WHAT NEEDS TO BE DONE: Only the lines below from the one containing "f 72 71 261" to the one containing "f 43 278 279" should be repeated, both included and unchanged.

INPUT RECORDS section start

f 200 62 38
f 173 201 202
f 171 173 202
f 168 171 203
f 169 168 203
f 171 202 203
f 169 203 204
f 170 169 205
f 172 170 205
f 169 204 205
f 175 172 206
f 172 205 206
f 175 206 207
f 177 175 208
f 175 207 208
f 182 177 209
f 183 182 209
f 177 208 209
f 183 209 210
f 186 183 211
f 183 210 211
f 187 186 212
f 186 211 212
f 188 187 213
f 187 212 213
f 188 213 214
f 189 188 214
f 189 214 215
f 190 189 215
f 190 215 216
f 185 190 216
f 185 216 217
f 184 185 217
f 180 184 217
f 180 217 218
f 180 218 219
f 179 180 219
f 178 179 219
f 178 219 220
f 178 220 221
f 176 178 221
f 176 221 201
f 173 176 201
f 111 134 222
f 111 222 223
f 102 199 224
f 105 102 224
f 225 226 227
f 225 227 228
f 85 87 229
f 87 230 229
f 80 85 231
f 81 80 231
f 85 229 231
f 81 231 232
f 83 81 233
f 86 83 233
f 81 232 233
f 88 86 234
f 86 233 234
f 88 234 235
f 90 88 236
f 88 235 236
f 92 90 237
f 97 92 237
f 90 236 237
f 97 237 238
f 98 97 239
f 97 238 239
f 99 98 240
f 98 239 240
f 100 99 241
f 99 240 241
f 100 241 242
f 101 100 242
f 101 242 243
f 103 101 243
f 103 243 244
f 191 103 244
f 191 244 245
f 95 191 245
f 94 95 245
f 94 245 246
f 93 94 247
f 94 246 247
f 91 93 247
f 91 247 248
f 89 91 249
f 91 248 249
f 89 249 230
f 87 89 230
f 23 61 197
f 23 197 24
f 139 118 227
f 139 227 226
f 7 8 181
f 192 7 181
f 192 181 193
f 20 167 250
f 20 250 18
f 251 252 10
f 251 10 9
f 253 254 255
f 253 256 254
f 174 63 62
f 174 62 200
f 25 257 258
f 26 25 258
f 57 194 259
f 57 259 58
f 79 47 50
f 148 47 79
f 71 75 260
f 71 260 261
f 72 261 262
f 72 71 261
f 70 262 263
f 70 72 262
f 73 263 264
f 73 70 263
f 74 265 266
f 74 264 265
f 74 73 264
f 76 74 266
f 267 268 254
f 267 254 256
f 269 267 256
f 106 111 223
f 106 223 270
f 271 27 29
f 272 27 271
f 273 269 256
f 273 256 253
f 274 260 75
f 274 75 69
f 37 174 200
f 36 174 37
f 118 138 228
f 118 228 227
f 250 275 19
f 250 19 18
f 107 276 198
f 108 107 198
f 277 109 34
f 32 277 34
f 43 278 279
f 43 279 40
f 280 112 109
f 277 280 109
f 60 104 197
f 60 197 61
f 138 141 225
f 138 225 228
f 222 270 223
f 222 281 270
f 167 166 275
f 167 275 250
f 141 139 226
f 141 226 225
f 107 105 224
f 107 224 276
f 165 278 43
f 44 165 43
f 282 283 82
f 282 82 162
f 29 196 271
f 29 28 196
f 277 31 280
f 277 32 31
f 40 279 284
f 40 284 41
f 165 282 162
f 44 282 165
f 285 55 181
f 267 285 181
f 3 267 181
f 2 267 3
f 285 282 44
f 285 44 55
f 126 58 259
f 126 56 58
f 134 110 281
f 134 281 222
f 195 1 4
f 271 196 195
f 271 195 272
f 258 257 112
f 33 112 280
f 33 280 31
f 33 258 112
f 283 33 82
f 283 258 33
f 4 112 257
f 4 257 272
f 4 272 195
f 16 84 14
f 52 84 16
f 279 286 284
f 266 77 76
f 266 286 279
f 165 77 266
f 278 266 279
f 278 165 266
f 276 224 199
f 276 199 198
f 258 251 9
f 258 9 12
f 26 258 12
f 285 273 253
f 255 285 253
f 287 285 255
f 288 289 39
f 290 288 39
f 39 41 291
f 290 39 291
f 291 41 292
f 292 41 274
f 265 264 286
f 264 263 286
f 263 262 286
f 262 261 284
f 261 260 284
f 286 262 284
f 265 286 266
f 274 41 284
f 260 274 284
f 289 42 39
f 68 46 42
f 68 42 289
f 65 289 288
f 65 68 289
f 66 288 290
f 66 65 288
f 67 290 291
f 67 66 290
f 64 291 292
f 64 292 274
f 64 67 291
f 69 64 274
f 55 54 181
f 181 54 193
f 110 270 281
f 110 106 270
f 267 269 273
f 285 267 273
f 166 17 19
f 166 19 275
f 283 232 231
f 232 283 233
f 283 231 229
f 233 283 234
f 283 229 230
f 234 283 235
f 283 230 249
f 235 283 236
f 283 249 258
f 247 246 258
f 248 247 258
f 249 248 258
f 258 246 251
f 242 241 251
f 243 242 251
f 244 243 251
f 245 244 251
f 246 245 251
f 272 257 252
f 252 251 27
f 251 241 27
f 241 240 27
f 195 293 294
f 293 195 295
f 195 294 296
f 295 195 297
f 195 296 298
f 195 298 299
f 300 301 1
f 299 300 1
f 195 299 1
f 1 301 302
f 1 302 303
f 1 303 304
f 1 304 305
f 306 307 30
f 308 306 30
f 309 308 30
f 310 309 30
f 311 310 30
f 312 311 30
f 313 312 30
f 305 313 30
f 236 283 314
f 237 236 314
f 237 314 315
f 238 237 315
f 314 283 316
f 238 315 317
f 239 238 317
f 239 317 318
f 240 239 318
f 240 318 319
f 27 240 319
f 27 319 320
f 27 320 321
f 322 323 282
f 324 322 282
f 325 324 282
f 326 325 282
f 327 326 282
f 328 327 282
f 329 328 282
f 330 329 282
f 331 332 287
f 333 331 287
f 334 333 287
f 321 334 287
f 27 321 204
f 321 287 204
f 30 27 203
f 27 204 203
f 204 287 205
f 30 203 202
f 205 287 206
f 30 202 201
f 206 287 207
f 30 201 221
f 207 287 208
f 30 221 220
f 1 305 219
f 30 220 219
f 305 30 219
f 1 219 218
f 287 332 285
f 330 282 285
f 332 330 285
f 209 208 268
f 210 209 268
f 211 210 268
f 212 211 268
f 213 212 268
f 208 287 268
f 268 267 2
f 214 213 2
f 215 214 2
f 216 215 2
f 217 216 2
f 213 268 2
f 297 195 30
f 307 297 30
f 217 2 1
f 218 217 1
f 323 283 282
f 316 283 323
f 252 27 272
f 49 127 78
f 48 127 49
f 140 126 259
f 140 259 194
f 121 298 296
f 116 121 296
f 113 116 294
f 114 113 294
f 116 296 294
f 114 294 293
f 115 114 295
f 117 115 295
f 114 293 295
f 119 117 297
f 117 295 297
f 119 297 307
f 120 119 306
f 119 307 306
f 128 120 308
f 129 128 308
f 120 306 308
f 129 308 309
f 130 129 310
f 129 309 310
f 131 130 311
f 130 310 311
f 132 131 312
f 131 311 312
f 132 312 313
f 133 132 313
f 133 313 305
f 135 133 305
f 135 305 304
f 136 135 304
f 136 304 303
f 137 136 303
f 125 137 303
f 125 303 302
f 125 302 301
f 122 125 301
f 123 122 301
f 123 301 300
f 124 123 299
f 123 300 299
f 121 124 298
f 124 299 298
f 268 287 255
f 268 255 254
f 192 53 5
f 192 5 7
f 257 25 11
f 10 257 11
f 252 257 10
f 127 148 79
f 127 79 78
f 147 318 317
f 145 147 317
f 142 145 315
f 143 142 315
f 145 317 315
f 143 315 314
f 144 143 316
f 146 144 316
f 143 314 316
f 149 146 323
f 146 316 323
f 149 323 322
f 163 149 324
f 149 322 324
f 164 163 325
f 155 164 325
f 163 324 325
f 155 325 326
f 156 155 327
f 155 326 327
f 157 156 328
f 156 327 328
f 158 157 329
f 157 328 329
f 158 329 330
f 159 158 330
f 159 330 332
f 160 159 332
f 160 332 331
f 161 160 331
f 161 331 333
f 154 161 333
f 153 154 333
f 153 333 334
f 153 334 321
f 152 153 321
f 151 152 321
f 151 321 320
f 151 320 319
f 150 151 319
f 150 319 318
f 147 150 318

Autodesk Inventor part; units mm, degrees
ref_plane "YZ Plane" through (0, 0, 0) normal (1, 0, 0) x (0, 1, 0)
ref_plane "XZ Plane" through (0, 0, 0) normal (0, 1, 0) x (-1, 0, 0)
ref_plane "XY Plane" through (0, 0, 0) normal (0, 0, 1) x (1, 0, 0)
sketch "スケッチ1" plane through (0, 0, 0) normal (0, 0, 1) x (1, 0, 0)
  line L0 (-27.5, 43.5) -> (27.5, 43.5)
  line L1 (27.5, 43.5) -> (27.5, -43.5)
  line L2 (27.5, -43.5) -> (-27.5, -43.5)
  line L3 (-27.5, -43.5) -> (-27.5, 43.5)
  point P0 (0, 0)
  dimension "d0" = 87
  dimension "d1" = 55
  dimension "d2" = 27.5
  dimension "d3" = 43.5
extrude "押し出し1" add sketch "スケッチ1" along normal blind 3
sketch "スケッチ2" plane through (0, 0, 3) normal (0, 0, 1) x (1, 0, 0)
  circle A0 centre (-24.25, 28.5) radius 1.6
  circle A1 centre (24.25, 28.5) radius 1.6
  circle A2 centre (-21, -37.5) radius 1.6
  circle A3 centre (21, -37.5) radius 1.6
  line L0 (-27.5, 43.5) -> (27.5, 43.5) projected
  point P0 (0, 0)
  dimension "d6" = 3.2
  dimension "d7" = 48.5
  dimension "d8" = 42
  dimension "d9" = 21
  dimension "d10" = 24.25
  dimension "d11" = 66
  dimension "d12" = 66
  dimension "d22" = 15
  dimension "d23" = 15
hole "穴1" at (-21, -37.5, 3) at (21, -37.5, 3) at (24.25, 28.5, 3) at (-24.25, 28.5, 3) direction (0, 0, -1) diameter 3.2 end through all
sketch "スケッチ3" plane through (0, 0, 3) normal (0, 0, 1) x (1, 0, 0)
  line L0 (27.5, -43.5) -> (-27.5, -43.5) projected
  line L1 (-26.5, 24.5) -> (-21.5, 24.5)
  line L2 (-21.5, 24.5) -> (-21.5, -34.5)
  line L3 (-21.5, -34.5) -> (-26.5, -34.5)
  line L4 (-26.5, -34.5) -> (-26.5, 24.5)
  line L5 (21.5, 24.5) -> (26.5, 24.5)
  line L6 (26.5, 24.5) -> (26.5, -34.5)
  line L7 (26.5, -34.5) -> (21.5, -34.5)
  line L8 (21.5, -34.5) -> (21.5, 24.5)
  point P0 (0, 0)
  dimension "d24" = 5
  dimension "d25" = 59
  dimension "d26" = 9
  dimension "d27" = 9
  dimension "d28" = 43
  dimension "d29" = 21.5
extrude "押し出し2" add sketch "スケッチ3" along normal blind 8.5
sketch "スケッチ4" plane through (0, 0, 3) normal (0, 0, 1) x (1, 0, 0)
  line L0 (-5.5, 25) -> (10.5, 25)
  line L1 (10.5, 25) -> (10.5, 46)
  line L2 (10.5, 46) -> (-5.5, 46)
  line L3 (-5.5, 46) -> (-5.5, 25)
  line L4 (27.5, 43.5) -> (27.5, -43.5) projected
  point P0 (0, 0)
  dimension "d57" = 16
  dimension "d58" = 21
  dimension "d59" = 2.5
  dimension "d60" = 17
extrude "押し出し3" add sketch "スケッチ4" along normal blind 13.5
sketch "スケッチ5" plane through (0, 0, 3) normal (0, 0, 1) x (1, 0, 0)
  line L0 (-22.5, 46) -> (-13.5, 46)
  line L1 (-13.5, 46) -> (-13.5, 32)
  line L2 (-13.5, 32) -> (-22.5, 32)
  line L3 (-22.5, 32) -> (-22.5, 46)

INPUT RECORDS section end

YOUR SOLUTION:
f 72 71 261
f 70 262 263
f 70 72 262
f 73 263 264
f 73 70 263
f 74 265 266
f 74 264 265
f 74 73 264
f 76 74 266
f 267 268 254
f 267 254 256
f 269 267 256
f 106 111 223
f 106 223 270
f 271 27 29
f 272 27 271
f 273 269 256
f 273 256 253
f 274 260 75
f 274 75 69
f 37 174 200
f 36 174 37
f 118 138 228
f 118 228 227
f 250 275 19
f 250 19 18
f 107 276 198
f 108 107 198
f 277 109 34
f 32 277 34
f 43 278 279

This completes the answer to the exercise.